RECORD EXCERPTS –
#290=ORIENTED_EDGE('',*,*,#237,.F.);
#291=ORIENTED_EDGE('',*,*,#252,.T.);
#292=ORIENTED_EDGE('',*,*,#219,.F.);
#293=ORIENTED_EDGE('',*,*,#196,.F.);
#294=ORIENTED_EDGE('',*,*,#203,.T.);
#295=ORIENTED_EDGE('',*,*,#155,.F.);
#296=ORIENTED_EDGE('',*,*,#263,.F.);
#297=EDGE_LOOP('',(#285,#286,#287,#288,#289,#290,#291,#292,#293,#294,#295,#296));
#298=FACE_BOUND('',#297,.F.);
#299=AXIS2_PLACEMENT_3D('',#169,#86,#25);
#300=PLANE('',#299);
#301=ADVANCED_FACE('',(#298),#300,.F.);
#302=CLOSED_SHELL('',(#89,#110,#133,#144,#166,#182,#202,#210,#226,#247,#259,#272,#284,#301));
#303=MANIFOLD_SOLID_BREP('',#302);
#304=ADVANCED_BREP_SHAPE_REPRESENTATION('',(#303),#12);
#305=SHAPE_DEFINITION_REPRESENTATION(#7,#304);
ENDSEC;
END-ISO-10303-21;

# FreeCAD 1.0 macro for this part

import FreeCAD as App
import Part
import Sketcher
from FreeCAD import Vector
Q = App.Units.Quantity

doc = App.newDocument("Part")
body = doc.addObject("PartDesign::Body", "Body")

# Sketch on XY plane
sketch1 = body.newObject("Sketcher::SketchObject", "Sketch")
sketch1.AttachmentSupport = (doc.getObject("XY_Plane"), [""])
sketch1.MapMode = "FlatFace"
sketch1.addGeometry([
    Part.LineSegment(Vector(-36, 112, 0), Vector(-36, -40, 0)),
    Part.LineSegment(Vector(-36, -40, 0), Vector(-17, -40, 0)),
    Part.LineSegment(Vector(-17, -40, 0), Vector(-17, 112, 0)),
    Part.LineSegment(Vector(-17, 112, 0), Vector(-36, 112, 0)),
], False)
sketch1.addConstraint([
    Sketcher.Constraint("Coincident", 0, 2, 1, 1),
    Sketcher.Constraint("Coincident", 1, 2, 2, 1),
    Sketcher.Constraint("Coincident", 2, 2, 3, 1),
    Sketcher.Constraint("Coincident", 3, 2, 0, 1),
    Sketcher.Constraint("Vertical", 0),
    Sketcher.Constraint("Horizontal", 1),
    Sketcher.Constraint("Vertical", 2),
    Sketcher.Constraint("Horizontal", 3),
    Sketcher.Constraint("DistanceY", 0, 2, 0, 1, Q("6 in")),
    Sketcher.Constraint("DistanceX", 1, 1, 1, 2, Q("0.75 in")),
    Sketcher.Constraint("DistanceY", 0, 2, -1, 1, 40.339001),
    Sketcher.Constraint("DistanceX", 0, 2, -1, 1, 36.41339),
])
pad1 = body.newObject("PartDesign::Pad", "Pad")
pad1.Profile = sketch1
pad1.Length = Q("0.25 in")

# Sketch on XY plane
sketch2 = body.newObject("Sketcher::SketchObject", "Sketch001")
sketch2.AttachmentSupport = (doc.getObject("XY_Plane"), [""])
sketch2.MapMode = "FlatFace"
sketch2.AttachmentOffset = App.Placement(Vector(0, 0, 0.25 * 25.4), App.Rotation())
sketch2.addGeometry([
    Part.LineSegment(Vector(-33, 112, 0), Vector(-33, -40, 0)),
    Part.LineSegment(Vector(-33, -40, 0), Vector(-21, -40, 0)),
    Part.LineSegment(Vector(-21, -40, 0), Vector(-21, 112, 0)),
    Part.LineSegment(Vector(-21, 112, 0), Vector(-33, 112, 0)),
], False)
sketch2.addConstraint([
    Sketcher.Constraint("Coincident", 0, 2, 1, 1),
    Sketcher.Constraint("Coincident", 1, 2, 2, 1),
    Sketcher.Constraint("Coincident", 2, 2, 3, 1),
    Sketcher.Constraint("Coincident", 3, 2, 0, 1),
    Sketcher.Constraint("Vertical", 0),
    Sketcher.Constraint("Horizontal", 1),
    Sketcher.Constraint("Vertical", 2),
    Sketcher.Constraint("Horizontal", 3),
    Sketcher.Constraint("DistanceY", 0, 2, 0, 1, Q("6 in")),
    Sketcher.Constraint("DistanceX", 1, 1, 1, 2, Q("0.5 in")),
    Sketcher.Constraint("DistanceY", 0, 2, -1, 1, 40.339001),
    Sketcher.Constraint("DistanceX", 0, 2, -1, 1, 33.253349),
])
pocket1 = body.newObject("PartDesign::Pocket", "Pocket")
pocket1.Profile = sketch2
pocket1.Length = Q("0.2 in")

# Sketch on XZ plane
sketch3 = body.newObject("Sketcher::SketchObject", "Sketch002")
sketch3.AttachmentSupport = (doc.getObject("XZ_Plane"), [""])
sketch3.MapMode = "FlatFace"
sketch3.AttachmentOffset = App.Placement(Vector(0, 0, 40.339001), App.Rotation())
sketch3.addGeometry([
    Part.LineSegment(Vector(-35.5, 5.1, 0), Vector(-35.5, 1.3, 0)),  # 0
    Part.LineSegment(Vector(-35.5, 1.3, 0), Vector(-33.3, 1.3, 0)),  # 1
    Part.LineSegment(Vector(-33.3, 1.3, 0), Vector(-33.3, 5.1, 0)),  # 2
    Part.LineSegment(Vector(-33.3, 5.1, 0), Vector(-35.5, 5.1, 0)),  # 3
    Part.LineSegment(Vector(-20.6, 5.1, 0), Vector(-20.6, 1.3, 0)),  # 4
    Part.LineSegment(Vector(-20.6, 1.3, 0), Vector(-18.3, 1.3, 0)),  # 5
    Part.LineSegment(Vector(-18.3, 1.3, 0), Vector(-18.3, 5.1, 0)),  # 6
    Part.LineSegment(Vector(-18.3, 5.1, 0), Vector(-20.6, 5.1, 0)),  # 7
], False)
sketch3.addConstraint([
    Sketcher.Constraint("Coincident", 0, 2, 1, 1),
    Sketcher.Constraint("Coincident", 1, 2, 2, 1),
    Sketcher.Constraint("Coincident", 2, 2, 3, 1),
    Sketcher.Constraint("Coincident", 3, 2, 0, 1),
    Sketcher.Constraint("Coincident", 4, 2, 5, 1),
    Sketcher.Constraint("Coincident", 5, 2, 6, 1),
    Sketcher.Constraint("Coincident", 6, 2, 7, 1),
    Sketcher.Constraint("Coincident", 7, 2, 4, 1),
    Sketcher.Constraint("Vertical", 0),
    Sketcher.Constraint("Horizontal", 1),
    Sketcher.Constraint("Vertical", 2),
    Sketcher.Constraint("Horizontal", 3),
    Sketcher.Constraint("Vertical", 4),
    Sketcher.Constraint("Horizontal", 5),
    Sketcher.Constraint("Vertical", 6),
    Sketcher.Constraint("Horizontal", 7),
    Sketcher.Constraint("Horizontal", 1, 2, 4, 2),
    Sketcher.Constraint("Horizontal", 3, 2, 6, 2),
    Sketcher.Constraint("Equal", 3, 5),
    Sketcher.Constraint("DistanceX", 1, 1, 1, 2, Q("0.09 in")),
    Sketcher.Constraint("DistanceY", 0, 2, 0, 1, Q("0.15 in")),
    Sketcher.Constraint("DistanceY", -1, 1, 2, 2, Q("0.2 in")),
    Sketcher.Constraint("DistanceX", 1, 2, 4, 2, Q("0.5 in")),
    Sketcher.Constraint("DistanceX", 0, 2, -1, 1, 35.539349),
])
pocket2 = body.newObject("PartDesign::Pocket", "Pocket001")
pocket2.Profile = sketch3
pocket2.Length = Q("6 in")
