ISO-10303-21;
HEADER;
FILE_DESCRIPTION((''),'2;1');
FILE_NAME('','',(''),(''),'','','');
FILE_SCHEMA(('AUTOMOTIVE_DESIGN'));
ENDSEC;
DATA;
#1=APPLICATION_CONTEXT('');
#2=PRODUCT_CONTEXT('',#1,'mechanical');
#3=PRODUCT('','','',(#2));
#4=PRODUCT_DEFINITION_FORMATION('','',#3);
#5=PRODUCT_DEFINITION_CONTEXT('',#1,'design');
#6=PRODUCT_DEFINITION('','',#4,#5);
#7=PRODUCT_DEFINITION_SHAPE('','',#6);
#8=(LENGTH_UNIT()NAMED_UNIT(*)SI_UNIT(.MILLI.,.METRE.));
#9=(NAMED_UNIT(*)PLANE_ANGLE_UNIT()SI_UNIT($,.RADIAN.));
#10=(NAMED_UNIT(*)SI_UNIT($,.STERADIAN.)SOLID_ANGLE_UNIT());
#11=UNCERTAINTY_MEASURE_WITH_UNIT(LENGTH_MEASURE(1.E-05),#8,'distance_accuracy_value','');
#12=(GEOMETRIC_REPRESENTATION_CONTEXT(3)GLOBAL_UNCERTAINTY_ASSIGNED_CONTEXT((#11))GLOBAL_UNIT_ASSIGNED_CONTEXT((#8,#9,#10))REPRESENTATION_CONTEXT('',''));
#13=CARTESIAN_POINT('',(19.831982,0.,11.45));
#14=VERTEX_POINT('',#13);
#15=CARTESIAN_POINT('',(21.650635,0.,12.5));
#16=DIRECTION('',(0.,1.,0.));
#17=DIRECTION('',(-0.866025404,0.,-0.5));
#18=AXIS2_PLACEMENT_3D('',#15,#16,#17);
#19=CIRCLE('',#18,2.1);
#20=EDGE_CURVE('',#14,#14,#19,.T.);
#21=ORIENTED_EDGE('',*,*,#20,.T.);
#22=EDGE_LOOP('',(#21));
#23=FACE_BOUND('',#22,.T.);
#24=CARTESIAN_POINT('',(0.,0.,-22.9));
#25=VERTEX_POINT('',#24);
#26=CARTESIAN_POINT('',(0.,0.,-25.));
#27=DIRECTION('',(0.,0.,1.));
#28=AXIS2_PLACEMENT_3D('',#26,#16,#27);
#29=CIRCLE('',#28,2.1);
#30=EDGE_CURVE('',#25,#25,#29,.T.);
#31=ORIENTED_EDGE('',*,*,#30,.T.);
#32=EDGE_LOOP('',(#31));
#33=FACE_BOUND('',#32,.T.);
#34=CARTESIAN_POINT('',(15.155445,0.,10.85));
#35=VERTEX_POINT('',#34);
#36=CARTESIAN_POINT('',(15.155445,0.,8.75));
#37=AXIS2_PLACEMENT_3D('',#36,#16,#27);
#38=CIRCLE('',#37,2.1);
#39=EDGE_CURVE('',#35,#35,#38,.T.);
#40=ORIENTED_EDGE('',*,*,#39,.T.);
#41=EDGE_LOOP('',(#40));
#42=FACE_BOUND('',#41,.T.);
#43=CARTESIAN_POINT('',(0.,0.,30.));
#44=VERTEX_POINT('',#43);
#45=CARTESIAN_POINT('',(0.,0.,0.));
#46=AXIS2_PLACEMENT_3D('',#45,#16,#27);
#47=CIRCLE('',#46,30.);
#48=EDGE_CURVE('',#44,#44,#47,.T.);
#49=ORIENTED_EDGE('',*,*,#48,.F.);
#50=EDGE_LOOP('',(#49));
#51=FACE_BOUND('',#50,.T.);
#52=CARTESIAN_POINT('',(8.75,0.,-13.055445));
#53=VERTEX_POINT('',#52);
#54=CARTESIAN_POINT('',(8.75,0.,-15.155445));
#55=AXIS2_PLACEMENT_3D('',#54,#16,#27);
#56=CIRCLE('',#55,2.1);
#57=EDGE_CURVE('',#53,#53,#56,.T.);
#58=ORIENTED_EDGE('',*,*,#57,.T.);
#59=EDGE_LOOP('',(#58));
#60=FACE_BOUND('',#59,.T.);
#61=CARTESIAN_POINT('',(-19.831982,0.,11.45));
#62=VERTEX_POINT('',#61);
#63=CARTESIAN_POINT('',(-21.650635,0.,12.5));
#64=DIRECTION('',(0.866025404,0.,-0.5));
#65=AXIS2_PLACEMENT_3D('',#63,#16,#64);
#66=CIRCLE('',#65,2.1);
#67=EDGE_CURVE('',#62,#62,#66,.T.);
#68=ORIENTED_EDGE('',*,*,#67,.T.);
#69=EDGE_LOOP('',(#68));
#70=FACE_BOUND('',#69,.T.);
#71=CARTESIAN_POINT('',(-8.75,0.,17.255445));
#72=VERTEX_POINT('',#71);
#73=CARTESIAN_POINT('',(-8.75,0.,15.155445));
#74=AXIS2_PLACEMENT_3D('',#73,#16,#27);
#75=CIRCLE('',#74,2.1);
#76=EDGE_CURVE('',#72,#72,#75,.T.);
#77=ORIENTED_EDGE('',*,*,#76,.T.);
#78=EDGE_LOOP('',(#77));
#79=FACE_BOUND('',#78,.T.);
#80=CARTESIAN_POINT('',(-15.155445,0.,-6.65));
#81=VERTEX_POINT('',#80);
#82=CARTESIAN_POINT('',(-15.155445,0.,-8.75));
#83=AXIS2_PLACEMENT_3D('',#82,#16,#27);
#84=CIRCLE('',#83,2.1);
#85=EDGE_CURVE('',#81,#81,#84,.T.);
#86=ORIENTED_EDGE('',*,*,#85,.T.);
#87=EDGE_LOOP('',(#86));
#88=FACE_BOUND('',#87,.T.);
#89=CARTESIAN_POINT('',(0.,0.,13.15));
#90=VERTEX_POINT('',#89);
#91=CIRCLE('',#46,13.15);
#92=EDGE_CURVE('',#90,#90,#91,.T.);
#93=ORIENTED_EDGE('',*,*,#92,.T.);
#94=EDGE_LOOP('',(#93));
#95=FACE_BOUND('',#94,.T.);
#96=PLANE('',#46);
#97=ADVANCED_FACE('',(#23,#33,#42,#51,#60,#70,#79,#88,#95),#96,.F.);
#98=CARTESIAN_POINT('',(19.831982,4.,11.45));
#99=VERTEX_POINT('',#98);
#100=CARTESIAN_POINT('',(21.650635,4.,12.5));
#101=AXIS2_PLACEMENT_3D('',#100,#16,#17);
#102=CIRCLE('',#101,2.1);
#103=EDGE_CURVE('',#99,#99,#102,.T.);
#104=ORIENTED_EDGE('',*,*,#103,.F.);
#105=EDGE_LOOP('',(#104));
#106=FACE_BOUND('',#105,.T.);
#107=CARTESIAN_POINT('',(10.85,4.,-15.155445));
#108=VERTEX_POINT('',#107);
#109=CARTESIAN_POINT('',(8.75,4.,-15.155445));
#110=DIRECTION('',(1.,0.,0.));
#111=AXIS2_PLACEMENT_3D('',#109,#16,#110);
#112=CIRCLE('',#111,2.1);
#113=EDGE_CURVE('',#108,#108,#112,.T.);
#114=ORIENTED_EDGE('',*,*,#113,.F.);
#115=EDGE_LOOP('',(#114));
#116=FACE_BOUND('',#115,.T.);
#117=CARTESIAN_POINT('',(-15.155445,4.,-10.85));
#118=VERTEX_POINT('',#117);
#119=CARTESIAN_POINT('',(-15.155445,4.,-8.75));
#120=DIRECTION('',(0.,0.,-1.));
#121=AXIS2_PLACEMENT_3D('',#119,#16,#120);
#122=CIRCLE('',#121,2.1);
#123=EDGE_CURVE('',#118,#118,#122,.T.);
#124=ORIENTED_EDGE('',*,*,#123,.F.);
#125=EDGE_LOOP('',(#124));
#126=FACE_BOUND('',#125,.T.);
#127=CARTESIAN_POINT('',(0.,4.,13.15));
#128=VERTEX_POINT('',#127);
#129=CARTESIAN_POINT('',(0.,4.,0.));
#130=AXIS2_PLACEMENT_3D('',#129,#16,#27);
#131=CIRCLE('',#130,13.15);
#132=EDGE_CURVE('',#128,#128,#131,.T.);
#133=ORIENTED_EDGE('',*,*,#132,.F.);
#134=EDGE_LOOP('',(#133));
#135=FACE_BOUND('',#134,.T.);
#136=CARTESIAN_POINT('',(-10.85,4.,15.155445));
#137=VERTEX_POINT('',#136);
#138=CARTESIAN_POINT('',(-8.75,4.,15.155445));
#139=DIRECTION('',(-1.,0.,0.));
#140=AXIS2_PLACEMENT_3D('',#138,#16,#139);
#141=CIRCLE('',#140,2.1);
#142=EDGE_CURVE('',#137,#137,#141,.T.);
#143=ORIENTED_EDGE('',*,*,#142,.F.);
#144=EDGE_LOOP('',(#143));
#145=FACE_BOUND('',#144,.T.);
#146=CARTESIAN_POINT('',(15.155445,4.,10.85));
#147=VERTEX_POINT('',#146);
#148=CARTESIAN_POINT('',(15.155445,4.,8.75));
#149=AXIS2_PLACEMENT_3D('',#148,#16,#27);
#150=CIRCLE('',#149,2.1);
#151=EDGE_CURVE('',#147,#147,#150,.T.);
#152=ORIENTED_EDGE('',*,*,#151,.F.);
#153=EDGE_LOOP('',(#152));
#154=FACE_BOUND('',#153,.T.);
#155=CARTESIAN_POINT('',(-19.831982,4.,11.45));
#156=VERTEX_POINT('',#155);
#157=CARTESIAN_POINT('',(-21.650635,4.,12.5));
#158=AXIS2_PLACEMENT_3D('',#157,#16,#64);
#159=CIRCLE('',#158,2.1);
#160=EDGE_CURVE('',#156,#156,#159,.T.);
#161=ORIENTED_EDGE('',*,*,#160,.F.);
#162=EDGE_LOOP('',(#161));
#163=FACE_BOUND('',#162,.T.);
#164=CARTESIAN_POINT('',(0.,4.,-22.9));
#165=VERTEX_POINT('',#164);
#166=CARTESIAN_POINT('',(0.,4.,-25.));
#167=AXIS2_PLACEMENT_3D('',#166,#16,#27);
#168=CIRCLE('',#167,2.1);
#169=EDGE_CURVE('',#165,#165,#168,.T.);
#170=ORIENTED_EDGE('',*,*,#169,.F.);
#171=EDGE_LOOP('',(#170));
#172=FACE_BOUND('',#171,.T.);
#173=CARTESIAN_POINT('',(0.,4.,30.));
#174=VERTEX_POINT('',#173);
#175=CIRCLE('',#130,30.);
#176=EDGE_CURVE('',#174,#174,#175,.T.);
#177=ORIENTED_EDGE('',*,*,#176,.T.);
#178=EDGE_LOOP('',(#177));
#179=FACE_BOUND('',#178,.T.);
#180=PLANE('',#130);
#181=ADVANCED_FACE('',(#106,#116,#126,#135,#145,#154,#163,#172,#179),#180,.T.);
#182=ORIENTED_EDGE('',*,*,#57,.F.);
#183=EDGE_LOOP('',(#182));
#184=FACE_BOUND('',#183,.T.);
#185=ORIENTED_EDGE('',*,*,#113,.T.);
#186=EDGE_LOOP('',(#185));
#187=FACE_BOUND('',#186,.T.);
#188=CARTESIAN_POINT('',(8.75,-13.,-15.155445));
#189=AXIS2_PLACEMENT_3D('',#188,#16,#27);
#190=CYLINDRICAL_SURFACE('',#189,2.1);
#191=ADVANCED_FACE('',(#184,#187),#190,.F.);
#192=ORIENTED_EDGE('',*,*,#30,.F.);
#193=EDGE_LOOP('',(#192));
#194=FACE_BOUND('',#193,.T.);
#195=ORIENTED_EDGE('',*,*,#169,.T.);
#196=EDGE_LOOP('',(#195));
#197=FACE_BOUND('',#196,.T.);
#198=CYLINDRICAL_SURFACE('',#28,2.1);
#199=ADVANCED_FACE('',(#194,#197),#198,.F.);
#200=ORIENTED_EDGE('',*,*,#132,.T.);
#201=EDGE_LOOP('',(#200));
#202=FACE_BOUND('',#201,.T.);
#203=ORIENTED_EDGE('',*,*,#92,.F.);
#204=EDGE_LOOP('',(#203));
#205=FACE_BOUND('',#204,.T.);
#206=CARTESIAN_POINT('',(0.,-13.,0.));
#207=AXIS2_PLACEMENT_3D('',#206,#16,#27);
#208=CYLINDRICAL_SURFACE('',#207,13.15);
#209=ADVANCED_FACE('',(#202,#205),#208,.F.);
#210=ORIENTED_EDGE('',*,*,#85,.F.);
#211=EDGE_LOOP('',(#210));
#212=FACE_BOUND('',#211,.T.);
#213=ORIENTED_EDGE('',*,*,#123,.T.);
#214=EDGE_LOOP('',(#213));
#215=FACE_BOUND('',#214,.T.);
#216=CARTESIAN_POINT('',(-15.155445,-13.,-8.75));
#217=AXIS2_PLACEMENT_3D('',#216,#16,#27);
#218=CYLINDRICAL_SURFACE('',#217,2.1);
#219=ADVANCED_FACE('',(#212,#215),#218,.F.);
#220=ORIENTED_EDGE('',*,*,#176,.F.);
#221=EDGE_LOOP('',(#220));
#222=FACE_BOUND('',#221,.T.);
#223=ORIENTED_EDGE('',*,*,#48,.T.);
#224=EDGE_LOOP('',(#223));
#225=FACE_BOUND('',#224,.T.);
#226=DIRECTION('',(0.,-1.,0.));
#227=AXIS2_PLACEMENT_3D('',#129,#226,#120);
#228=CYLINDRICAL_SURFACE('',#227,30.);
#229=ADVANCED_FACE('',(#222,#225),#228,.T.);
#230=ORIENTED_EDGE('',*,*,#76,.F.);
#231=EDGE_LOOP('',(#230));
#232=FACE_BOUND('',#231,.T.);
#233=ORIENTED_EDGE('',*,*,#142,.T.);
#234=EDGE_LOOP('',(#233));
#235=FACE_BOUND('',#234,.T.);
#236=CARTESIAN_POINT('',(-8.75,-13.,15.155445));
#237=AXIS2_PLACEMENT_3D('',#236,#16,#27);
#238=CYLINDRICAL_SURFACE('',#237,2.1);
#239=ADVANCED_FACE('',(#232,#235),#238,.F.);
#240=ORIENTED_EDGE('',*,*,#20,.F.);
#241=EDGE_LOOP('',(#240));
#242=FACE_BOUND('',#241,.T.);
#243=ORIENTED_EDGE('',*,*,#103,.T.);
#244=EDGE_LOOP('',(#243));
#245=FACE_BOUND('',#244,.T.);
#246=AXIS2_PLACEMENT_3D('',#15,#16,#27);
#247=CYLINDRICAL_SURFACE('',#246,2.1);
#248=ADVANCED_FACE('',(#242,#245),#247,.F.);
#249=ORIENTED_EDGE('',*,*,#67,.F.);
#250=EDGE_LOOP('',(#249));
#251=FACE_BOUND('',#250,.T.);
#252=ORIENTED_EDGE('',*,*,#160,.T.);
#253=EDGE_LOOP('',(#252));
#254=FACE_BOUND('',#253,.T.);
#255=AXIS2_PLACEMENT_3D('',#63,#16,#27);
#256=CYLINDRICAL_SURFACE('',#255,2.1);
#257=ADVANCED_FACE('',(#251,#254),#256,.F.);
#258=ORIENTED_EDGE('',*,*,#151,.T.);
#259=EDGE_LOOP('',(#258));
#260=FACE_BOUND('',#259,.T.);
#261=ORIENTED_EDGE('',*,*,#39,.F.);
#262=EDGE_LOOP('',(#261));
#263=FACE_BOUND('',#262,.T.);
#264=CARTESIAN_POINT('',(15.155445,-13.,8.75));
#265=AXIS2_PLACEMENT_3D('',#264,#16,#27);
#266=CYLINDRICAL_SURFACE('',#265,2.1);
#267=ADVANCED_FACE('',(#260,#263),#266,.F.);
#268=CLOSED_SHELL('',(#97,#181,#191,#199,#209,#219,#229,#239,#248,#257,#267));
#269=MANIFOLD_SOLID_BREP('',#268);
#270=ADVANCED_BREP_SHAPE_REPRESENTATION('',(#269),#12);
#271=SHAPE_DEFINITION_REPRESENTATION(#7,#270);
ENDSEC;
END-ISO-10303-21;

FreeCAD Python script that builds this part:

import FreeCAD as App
import Part
import Sketcher

V = App.Vector
Q = App.Units.Quantity

doc = App.newDocument("Part")
body = doc.addObject("PartDesign::Body", "Body")

# Sketch on XZ plane
sketch1 = body.newObject("Sketcher::SketchObject", "Sketch")
sketch1.AttachmentSupport = (doc.getObject("XZ_Plane"), [""])
sketch1.MapMode = "FlatFace"
sketch1.addGeometry(Part.Circle(V(0, 0, 0), V(0, 0, 1), 30), False)
sketch1.addConstraint(Sketcher.Constraint("Coincident", 0, 3, -1, 1))
sketch1.addConstraint(Sketcher.Constraint("Diameter", 0, Q("60 mm")))
pad1 = body.newObject("PartDesign::Pad", "Pad")
pad1.Profile = sketch1
pad1.Length = 4
pad1.Reversed = True

# Sketch on XZ plane
sketch2 = body.newObject("Sketcher::SketchObject", "Sketch001")
sketch2.AttachmentSupport = (doc.getObject("XZ_Plane"), [""])
sketch2.MapMode = "FlatFace"
sketch2.AttachmentOffset = App.Placement(V(0, 0, -4), App.Rotation())
sketch2.addGeometry(Part.Circle(V(0, -25, 0), V(0, 0, 1), 2.1), False)
sketch2.addConstraint(Sketcher.Constraint("PointOnObject", 0, 3, -2))
sketch2.addConstraint(Sketcher.Constraint("Diameter", 0, Q("4.2 mm")))
sketch2.addConstraint(Sketcher.Constraint("DistanceY", 0, 3, -1, 1, Q("25 mm")))
pocket1 = body.newObject("PartDesign::Pocket", "Pocket")
pocket1.Profile = sketch2
pocket1.Length = 4
pocket1.Reversed = True
doc.recompute()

HOW TO COMPLETE THIS TASK –
Using the listing above, copy exactly the line that contains "#222=FACE_BOUND('',#221,.T.);", the line that contains "#241=EDGE_LOOP('',(#240));", and each line that falls between them.

TASK SOLUTION –
#222=FACE_BOUND('',#221,.T.);
#223=ORIENTED_EDGE('',*,*,#48,.T.);
#224=EDGE_LOOP('',(#223));
#225=FACE_BOUND('',#224,.T.);
#226=DIRECTION('',(0.,-1.,0.));
#227=AXIS2_PLACEMENT_3D('',#129,#226,#120);
#228=CYLINDRICAL_SURFACE('',#227,30.);
#229=ADVANCED_FACE('',(#222,#225),#228,.T.);
#230=ORIENTED_EDGE('',*,*,#76,.F.);
#231=EDGE_LOOP('',(#230));
#232=FACE_BOUND('',#231,.T.);
#233=ORIENTED_EDGE('',*,*,#142,.T.);
#234=EDGE_LOOP('',(#233));
#235=FACE_BOUND('',#234,.T.);
#236=CARTESIAN_POINT('',(-8.75,-13.,15.155445));
#237=AXIS2_PLACEMENT_3D('',#236,#16,#27);
#238=CYLINDRICAL_SURFACE('',#237,2.1);
#239=ADVANCED_FACE('',(#232,#235),#238,.F.);
#240=ORIENTED_EDGE('',*,*,#20,.F.);
#241=EDGE_LOOP('',(#240));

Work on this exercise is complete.